Despite evidence of subtle PCR bias at the genome level, there was significant evidence of bias using community-wide metrics that grew with the number of rounds of PCR when using a mock community. (A) With the exception of the KAPA polymerase data, the richness and Shannon diversity values increased with number of rounds of PCR and the inclusion of residual sequencing errors and chimeras. The horizontal black line indicates the expected richness and diversity. (B) Relative to the mock community sampled after 25 rounds of PCR, the distance to the communities sampled after 30 and 35 rounds of PCR increased for all polymerases. The data in panels A and B show the means for four replicates. (C) The variation between samples demonstrated a significant change in the community driven by the number of rounds of PCR and the polymerase used. The ellipses represent bivariate normally distributed 95% confidence intervals.
The choice of polymerase or the number of rounds of amplification has little impact on the relative interpretation of community-wide metrics of diversity.

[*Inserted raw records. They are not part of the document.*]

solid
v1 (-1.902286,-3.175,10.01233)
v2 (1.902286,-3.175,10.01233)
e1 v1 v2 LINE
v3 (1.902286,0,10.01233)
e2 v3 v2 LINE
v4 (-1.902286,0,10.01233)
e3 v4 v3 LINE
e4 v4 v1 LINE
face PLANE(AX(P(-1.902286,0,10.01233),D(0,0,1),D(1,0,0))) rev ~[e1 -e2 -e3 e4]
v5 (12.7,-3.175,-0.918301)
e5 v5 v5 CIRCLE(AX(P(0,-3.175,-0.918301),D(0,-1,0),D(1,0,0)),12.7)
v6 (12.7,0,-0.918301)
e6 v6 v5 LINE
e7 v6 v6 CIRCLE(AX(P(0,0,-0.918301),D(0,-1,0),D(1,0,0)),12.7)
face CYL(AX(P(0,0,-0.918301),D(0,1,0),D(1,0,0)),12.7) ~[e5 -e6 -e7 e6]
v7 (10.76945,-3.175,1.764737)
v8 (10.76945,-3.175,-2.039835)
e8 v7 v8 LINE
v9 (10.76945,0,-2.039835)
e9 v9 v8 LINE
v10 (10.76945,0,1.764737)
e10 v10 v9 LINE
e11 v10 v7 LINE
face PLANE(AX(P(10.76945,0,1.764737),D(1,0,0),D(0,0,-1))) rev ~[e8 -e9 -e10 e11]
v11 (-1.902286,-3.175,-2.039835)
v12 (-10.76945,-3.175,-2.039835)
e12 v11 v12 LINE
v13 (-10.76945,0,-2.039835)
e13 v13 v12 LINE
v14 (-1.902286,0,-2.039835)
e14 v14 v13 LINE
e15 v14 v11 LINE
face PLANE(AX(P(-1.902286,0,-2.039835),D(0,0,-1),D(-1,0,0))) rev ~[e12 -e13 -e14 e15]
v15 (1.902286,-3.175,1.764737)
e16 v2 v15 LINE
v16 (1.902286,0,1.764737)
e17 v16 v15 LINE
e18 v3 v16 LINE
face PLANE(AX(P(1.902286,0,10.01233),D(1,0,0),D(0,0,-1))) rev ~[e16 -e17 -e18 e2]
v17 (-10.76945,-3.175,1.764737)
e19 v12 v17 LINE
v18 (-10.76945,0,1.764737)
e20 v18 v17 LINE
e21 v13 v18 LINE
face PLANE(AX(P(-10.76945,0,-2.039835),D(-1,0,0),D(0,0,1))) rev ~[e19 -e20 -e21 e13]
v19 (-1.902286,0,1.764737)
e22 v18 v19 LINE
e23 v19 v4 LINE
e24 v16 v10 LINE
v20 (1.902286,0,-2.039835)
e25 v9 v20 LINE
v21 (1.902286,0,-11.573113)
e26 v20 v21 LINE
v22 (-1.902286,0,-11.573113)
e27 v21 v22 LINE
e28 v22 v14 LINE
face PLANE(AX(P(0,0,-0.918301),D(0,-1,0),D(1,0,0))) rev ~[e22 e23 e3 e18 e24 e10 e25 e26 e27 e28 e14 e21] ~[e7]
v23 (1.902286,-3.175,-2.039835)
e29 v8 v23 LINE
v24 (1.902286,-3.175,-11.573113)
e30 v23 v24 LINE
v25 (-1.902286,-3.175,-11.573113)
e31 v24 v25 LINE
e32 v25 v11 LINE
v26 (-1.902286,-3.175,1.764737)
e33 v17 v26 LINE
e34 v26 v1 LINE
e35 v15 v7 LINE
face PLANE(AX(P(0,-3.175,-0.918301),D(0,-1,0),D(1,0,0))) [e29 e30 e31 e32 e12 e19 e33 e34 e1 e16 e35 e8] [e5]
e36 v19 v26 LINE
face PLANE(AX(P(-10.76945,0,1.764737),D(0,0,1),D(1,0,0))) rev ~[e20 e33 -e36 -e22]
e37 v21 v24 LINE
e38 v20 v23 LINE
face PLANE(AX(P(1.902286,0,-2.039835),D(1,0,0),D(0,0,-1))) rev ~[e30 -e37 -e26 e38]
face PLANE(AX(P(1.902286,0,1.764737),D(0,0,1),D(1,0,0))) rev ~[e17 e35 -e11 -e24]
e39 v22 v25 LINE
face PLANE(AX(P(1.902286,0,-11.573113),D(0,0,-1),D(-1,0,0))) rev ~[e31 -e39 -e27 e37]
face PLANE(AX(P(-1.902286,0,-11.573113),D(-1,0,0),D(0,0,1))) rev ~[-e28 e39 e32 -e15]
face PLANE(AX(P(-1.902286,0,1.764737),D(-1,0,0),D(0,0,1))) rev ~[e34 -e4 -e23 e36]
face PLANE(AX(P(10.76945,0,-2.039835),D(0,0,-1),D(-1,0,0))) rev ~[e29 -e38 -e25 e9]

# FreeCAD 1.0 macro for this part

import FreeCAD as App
import Part
import Sketcher

V = App.Vector
Q = App.Units.Quantity


def add_polygon(sketch, points):
    """Adds a closed chain of lines whose ends are joined by coincident constraints."""
    first, n = sketch.GeometryCount, len(points)
    for a, b in zip(points, points[1:] + points[:1]):
        sketch.addGeometry(Part.LineSegment(App.Vector(*a, 0), App.Vector(*b, 0)), False)
    for i in range(n):
        sketch.addConstraint(Sketcher.Constraint("Coincident", first + i, 2, first + (i + 1) % n, 1))

doc = App.newDocument("Part")
body = doc.addObject("PartDesign::Body", "Body")

# Sketch on XZ plane
sketch1 = doc.addObject("Sketcher::SketchObject", "Sketch")
body.addObject(sketch1)
sketch1.AttachmentSupport = (doc.XZ_Plane, [""])
sketch1.MapMode = "FlatFace"
sketch1.addGeometry(Part.Circle(V(0, -0.9, 0), V(0, 0, 1), 12.7), False)  # 0
add_polygon(sketch1, [(-1.9, -2), (-10.8, -2), (-10.8, 1.8), (-1.9, 1.8), (-1.9, 10), (1.9, 10), (1.9, 1.8), (10.8, 1.8), (10.8, -2), (1.9, -2), (1.9, -11.6), (-1.9, -11.6)])  # lines 1-12
sketch1.addConstraint([
    Sketcher.Constraint("Horizontal", 1),
    Sketcher.Constraint("Vertical", 2),
    Sketcher.Constraint("Horizontal", 3),
    Sketcher.Constraint("Vertical", 4),
    Sketcher.Constraint("Horizontal", 5),
    Sketcher.Constraint("Vertical", 6),
    Sketcher.Constraint("Horizontal", 7),
    Sketcher.Constraint("Vertical", 8),
    Sketcher.Constraint("Horizontal", 9),
    Sketcher.Constraint("Vertical", 10),
    Sketcher.Constraint("Horizontal", 11),
    Sketcher.Constraint("Vertical", 12),
    Sketcher.Constraint("Symmetric", 3, 2, 6, 2, -2),
    Sketcher.Constraint("Symmetric", 1, 2, 8, 2, -2),
    Sketcher.Constraint("PointOnObject", 0, 3, -2),
    Sketcher.Constraint("Vertical", 6, 2, 9, 2),
    Sketcher.Constraint("Vertical", 4, 2, 11, 2),
    Sketcher.Constraint("Equal", 11, 2),
    Sketcher.Constraint("Diameter", 0, Q("1 in")),
    Sketcher.Constraint("DistanceX", 5, 1, 5, 2, 3.804572),
    Sketcher.Constraint("DistanceY", 0, 3, -1, 1, 0.918301),
    Sketcher.Constraint("DistanceX", 1, 2, 1, 1, 8.867164),
    Sketcher.Constraint("DistanceY", 4, 1, 4, 2, 8.247593),
    Sketcher.Constraint("DistanceY", 10, 2, 10, 1, 9.533278),
    Sketcher.Constraint("DistanceY", -1, 1, 4, 2, 10.01233),
])
pad1 = doc.addObject("PartDesign::Pad", "Pad")
body.addObject(pad1)
pad1.Profile = sketch1
pad1.Length = Q("0.125 in")

doc.recompute()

We expected that the biases that we observed at the population and community levels using mock community data would be small relative to the expected differences between biological samples. To study this further, we calculated alpha and beta diversity metrics using the human stool samples for each of the polymerases and rounds of amplification. We calculated the number of observed OTUs and Shannon diversity for each condition and stool sample (Fig. 5A). Although there were clear differences between PCR conditions, the relative ordering of the stool samples did not vary meaningfully across conditions. When we characterized the variation between rounds of amplification using human stool samples, the distance between the 25 and 30 rounds and 25 and 35 rounds varied considerably between samples and polymerases (Fig. 5B). In general, the interround variation was lowest for the data generated using the KAPA and Accuprime polymerases. The data generated using the Platinum polymerase were consistent across rounds, but overall, it was more biased than the other polymerases. Considering that the average distance across the four samples varied between 0.39 and 0.56, regardless of the polymerases and number of rounds of amplification, any bias due to amplification is unlikely to obscure community-wide differences between samples. In support of this was our principal coordinates analysis of the Bray-Curtis distances, which revealed distinct clusters by stool sample (Fig. 5C). Within each cluster, there were no obvious patterns related to the polymerase or number of rounds of PCR. Our statistical analysis revealed statistically significant differences in the community structures with the stool sample explaining the most variation (R2 = 0.79; P < 0.001), followed by the number of rounds of PCR (R2 = 0.044; P < 0.001) and the choice of polymerase (R2 = 0.033; P < 0.001). Together, these results indicate that for a coarse analysis of communities, the choice of number of rounds of amplification or polymerase is not important, but that they must be consistent across samples. It is difficult to develop a specific recommendation based on the level of bias across rounds of PCR or polymerases; however, the general suggestion is to use as few rounds of amplification as possible.
FIG 5
Sequencing of human stool samples indicated clear increase in bias with number of rounds of PCR; however, the bias appeared to be consistent within each sample. (A) With the exception of data collected using the KAPA polymerase, the richness and Shannon diversity values increased with number of rounds of PCR. (B) Relative to the stool communities sampled after 25 rounds of PCR, the distances to the stool communities sampled after 30 and 35 rounds of PCR were inconsistent, and there was little difference in variation for data collected using the KAPA polymerase. (C) The variation between stool samples was larger than the amount of variation introduced by changing the number of rounds of PCR or polymerase. The ellipses represent bivariate normally distributed 95% confidence intervals. Results for some samples at 20 cycles are not presented because it was not possible to obtain a sufficient number of reads for those polymerases.
Sequencing of human stool samples indicated clear increase in bias with number of rounds of PCR; however, the bias appeared to be consistent within each sample. (A) With the exception of data collected using the KAPA polymerase, the richness and Shannon diversity values increased with number of rounds of PCR. (B) Relative to the stool communities sampled after 25 rounds of PCR, the distances to the stool communities sampled after 30 and 35 rounds of PCR were inconsistent, and there was little difference in variation for data collected using the KAPA polymerase. (C) The variation between stool samples was larger than the amount of variation introduced by changing the number of rounds of PCR or polymerase. The ellipses represent bivariate normally distributed 95% confidence intervals. Results for some samples at 20 cycles are not presented because it was not possible to obtain a sufficient number of reads for those polymerases.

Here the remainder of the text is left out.